= Assignment =
When the line containing "v 0.038 23 -128.39" appears in the entries below, begin printing there and stop after the line containing "f 150 144 151"; print each of those lines exactly and no other line.

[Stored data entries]
☆ ☆ ☆ ☆ ☆

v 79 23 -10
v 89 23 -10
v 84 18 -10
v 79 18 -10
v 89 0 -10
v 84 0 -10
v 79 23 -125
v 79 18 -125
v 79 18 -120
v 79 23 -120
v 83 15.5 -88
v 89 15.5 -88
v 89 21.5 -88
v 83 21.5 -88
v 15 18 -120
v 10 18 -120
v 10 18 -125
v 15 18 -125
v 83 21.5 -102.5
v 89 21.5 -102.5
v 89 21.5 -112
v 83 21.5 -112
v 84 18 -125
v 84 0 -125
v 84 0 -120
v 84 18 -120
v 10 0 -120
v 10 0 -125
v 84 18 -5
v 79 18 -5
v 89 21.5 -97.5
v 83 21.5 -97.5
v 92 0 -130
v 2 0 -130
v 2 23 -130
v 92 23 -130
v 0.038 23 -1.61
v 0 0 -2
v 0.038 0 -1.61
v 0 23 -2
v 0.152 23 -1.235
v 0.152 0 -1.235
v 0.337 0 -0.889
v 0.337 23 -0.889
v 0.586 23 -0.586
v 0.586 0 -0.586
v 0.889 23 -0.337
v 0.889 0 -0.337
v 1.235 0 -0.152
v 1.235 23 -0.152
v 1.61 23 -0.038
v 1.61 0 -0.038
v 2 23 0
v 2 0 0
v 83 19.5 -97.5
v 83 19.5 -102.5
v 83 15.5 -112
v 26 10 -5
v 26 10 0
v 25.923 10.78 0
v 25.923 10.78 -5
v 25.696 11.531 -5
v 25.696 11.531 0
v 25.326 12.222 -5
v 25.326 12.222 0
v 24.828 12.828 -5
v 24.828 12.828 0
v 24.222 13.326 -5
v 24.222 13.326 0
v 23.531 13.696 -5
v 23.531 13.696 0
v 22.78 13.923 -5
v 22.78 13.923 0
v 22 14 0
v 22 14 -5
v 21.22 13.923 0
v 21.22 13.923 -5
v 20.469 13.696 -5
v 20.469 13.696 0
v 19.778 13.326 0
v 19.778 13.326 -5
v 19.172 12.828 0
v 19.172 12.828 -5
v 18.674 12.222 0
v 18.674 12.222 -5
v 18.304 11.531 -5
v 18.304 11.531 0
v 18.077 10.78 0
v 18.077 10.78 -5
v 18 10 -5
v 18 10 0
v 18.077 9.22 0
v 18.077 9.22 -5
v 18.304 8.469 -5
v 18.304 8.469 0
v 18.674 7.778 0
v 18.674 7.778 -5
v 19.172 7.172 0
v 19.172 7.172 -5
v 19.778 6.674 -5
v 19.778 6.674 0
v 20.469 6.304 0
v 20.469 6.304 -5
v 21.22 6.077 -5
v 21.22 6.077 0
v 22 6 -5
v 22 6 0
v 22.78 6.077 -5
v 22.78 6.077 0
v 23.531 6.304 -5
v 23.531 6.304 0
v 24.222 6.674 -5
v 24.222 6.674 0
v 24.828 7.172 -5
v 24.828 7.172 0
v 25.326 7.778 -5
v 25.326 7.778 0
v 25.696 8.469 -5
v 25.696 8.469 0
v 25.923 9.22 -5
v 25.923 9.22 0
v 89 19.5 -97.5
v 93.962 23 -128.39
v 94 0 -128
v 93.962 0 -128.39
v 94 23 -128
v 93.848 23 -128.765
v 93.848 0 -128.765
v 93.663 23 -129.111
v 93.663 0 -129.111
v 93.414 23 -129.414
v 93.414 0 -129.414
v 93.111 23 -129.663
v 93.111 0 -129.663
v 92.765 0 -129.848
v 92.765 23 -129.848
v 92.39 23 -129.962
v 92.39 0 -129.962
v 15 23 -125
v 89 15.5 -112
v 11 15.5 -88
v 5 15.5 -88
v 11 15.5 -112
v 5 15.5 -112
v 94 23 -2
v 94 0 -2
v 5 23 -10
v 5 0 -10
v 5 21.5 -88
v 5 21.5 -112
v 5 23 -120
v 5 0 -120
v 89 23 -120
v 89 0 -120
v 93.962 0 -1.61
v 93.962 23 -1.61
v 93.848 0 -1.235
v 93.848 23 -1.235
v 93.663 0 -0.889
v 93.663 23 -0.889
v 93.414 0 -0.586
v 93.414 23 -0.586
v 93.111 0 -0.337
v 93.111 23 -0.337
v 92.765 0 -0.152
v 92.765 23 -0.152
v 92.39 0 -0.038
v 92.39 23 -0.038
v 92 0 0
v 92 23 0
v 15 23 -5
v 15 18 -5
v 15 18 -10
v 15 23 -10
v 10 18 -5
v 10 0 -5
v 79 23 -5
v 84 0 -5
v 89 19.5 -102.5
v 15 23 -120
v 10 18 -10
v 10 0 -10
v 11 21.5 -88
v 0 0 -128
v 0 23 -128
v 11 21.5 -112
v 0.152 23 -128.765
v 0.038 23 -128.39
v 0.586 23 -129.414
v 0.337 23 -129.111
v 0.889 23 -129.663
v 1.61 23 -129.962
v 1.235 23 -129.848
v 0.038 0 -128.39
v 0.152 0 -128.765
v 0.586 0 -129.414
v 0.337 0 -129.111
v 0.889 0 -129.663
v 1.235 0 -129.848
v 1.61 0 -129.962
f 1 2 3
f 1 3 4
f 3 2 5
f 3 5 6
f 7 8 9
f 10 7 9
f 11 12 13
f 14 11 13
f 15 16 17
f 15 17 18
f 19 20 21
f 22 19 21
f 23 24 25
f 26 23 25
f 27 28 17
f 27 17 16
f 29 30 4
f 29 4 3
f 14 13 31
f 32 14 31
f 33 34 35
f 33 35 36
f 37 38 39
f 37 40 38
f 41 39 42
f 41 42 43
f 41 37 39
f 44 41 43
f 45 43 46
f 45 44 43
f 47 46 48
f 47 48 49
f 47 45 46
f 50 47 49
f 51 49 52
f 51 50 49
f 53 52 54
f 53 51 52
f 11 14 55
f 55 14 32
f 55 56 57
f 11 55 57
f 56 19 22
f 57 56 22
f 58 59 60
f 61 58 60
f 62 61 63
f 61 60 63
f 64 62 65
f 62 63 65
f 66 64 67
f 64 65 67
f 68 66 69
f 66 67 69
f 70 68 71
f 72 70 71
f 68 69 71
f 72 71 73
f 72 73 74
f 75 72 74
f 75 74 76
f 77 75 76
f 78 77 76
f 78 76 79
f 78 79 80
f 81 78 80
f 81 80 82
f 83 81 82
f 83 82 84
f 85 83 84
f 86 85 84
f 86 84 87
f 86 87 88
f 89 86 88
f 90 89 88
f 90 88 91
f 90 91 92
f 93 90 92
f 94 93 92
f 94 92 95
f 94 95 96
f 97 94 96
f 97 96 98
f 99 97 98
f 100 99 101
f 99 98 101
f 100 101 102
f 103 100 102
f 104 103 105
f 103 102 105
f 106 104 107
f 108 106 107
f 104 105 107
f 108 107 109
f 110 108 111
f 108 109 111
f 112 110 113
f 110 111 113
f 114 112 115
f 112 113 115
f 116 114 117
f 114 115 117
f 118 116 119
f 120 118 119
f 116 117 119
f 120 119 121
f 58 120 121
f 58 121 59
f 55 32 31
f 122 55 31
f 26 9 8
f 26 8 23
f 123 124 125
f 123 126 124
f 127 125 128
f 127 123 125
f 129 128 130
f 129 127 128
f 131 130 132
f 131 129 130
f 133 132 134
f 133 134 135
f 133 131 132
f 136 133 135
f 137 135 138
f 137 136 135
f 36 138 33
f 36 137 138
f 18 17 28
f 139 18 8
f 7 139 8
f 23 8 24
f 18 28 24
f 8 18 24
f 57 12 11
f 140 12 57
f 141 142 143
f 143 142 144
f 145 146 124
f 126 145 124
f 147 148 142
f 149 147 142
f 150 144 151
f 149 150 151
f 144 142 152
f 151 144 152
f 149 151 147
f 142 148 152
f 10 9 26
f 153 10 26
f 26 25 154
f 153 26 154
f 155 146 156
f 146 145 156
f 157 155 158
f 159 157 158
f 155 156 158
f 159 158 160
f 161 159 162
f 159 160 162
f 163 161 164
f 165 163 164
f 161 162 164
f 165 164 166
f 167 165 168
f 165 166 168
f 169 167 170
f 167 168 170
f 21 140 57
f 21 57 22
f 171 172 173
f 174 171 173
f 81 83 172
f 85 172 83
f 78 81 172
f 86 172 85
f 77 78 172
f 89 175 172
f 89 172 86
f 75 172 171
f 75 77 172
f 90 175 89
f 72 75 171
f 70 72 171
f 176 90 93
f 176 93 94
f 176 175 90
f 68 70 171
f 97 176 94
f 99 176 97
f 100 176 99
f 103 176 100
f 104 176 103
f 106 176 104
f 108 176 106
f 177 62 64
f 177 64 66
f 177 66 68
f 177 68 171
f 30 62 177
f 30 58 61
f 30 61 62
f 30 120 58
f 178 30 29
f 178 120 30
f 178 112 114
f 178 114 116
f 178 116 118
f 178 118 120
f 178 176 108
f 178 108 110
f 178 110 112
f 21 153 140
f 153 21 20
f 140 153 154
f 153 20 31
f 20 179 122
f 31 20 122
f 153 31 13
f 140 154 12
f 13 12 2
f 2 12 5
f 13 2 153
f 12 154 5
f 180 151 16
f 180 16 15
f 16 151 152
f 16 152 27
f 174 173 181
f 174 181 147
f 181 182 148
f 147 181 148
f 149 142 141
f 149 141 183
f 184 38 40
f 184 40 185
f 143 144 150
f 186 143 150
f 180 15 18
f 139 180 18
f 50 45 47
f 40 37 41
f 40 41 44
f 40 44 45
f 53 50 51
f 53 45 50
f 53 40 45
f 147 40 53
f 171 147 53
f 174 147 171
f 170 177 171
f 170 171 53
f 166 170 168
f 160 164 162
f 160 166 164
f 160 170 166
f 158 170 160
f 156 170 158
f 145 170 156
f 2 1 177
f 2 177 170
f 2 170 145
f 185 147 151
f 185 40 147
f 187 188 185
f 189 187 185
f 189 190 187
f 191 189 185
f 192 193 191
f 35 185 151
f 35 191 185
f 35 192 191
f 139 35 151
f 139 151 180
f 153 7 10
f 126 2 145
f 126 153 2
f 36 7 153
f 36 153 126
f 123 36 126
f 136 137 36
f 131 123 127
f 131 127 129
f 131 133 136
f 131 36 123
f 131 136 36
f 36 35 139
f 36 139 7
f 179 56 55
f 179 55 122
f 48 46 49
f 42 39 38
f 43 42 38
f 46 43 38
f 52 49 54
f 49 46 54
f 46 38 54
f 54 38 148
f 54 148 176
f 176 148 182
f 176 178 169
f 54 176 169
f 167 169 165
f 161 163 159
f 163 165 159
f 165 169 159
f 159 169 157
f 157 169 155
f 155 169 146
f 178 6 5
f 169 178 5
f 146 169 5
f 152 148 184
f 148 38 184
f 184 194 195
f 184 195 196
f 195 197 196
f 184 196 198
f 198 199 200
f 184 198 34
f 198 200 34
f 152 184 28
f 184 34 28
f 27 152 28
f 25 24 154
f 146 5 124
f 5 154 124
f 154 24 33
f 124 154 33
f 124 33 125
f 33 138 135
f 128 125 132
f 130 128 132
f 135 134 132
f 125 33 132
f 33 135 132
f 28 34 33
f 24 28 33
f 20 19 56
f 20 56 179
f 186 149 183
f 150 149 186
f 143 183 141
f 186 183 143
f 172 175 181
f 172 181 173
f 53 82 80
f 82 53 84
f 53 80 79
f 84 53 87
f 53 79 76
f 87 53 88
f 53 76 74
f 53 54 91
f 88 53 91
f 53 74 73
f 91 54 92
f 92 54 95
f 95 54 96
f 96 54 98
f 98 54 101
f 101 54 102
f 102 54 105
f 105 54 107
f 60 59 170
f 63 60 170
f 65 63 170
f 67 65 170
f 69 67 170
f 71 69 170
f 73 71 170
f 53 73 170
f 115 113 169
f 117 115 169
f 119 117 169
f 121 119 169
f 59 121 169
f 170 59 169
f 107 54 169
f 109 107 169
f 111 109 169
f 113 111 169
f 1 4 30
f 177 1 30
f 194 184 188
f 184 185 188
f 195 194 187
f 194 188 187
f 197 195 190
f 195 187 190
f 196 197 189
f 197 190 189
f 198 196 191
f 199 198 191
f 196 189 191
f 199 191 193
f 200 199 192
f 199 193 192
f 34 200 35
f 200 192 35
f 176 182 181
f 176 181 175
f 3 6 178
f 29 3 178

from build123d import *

# Parameters (mm, degrees)
SKETCH1_W            = 94
SKETCH1_H            = 130
BOSS_EXTRUDE1_DEPTH  = 23
SKETCH3_W            = 24
SKETCH3_H            = 6
BOSS_EXTRUDE2_DEPTH  = 6
SKETCH4_W            = 6
SKETCH4_H            = 5
CUT_EXTRUDE1_DEPTH   = 2
SKETCH5_W            = 5
SKETCH5_H            = 5
CUT_EXTRUDE2_DEPTH   = 18
LPATTERN1_COUNT      = 2
LPATTERN1_PITCH      = 69
LPATTERN1_COUNT_DIR2 = 2
LPATTERN1_PITCH_DIR2 = 115
FILLET1_R            = 2
SKETCH6_R            = 4
CUT_EXTRUDE3_DEPTH   = 7


with BuildPart() as part:
    # Sketch1 → Boss-Extrude1 (new body)
    with BuildSketch(Plane(origin=(0, 0, 0), x_dir=(1, 0, 0), z_dir=(0, 1, 0))):
        with Locations((47, 65)):
            Rectangle(SKETCH1_W, SKETCH1_H)
        Polygon((79, 125), (79, 120), (89, 120), (89, 10), (79, 10), (79, 5), (15, 5), (15, 10), (5, 10), (5, 120), (15, 120), (15, 125), align=None, mode=Mode.SUBTRACT)
    extrude(amount=BOSS_EXTRUDE1_DEPTH)

    # Sketch3 → Boss-Extrude2 (add)
    with BuildSketch(Plane(origin=(5, 0, 0), x_dir=(0, 0, -1), z_dir=(1, 0, 0))):
        with Locations((100, 18.5)):
            Rectangle(SKETCH3_W, SKETCH3_H)
    boss_extrude2 = extrude(amount=BOSS_EXTRUDE2_DEPTH)

    # Mirror3: Boss-Extrude2 across plane
    add(boss_extrude2.mirror(Plane.ZY.offset(-47)))

    # Sketch4 → Cut-Extrude1 (cut)
    with BuildSketch(Plane(origin=(0, 21.5, 0), x_dir=(1, 0, 0), z_dir=(0, 1, 0))):
        with Locations((86, 100)):
            Rectangle(SKETCH4_W, SKETCH4_H)
    extrude(amount=-CUT_EXTRUDE1_DEPTH, mode=Mode.SUBTRACT)

    # Sketch5 → Cut-Extrude2 (cut)
    with BuildSketch(Plane.XZ):
        with Locations((81.5, -122.5)):
            Rectangle(SKETCH5_W, SKETCH5_H)
    cut_extrude2 = extrude(amount=-CUT_EXTRUDE2_DEPTH, mode=Mode.SUBTRACT)

    # LPattern1: Cut-Extrude2 2 × 2
    with Locations(*[(-i * LPATTERN1_PITCH, 0, j * LPATTERN1_PITCH_DIR2) for i in range(LPATTERN1_COUNT) for j in range(LPATTERN1_COUNT_DIR2) if (i, j) != (0, 0)]):
        add(cut_extrude2, mode=Mode.SUBTRACT)

    # Fillet1
    fillet1_edges = [part.edges().sort_by_distance(p)[0] for p in [
        (0, 11.5, -130),
        (94, 11.5, -130),
        (94, 11.5, 0),
        (0, 11.5, 0),
    ]]
    fillet(fillet1_edges, radius=FILLET1_R)

    # Sketch6 → Cut-Extrude3 (cut)
    with BuildSketch(Plane.XY):
        with Locations((22, 10)):
            Circle(SKETCH6_R)
    extrude(amount=-CUT_EXTRUDE3_DEPTH, mode=Mode.SUBTRACT)


solid = part.part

☆ ☆ ☆ ☆ ☆

= Worked solution =
v 0.038 23 -128.39
v 0.586 23 -129.414
v 0.337 23 -129.111
v 0.889 23 -129.663
v 1.61 23 -129.962
v 1.235 23 -129.848
v 0.038 0 -128.39
v 0.152 0 -128.765
v 0.586 0 -129.414
v 0.337 0 -129.111
v 0.889 0 -129.663
v 1.235 0 -129.848
v 1.61 0 -129.962
f 1 2 3
f 1 3 4
f 3 2 5
f 3 5 6
f 7 8 9
f 10 7 9
f 11 12 13
f 14 11 13
f 15 16 17
f 15 17 18
f 19 20 21
f 22 19 21
f 23 24 25
f 26 23 25
f 27 28 17
f 27 17 16
f 29 30 4
f 29 4 3
f 14 13 31
f 32 14 31
f 33 34 35
f 33 35 36
f 37 38 39
f 37 40 38
f 41 39 42
f 41 42 43
f 41 37 39
f 44 41 43
f 45 43 46
f 45 44 43
f 47 46 48
f 47 48 49
f 47 45 46
f 50 47 49
f 51 49 52
f 51 50 49
f 53 52 54
f 53 51 52
f 11 14 55
f 55 14 32
f 55 56 57
f 11 55 57
f 56 19 22
f 57 56 22
f 58 59 60
f 61 58 60
f 62 61 63
f 61 60 63
f 64 62 65
f 62 63 65
f 66 64 67
f 64 65 67
f 68 66 69
f 66 67 69
f 70 68 71
f 72 70 71
f 68 69 71
f 72 71 73
f 72 73 74
f 75 72 74
f 75 74 76
f 77 75 76
f 78 77 76
f 78 76 79
f 78 79 80
f 81 78 80
f 81 80 82
f 83 81 82
f 83 82 84
f 85 83 84
f 86 85 84
f 86 84 87
f 86 87 88
f 89 86 88
f 90 89 88
f 90 88 91
f 90 91 92
f 93 90 92
f 94 93 92
f 94 92 95
f 94 95 96
f 97 94 96
f 97 96 98
f 99 97 98
f 100 99 101
f 99 98 101
f 100 101 102
f 103 100 102
f 104 103 105
f 103 102 105
f 106 104 107
f 108 106 107
f 104 105 107
f 108 107 109
f 110 108 111
f 108 109 111
f 112 110 113
f 110 111 113
f 114 112 115
f 112 113 115
f 116 114 117
f 114 115 117
f 118 116 119
f 120 118 119
f 116 117 119
f 120 119 121
f 58 120 121
f 58 121 59
f 55 32 31
f 122 55 31
f 26 9 8
f 26 8 23
f 123 124 125
f 123 126 124
f 127 125 128
f 127 123 125
f 129 128 130
f 129 127 128
f 131 130 132
f 131 129 130
f 133 132 134
f 133 134 135
f 133 131 132
f 136 133 135
f 137 135 138
f 137 136 135
f 36 138 33
f 36 137 138
f 18 17 28
f 139 18 8
f 7 139 8
f 23 8 24
f 18 28 24
f 8 18 24
f 57 12 11
f 140 12 57
f 141 142 143
f 143 142 144
f 145 146 124
f 126 145 124
f 147 148 142
f 149 147 142
f 150 144 151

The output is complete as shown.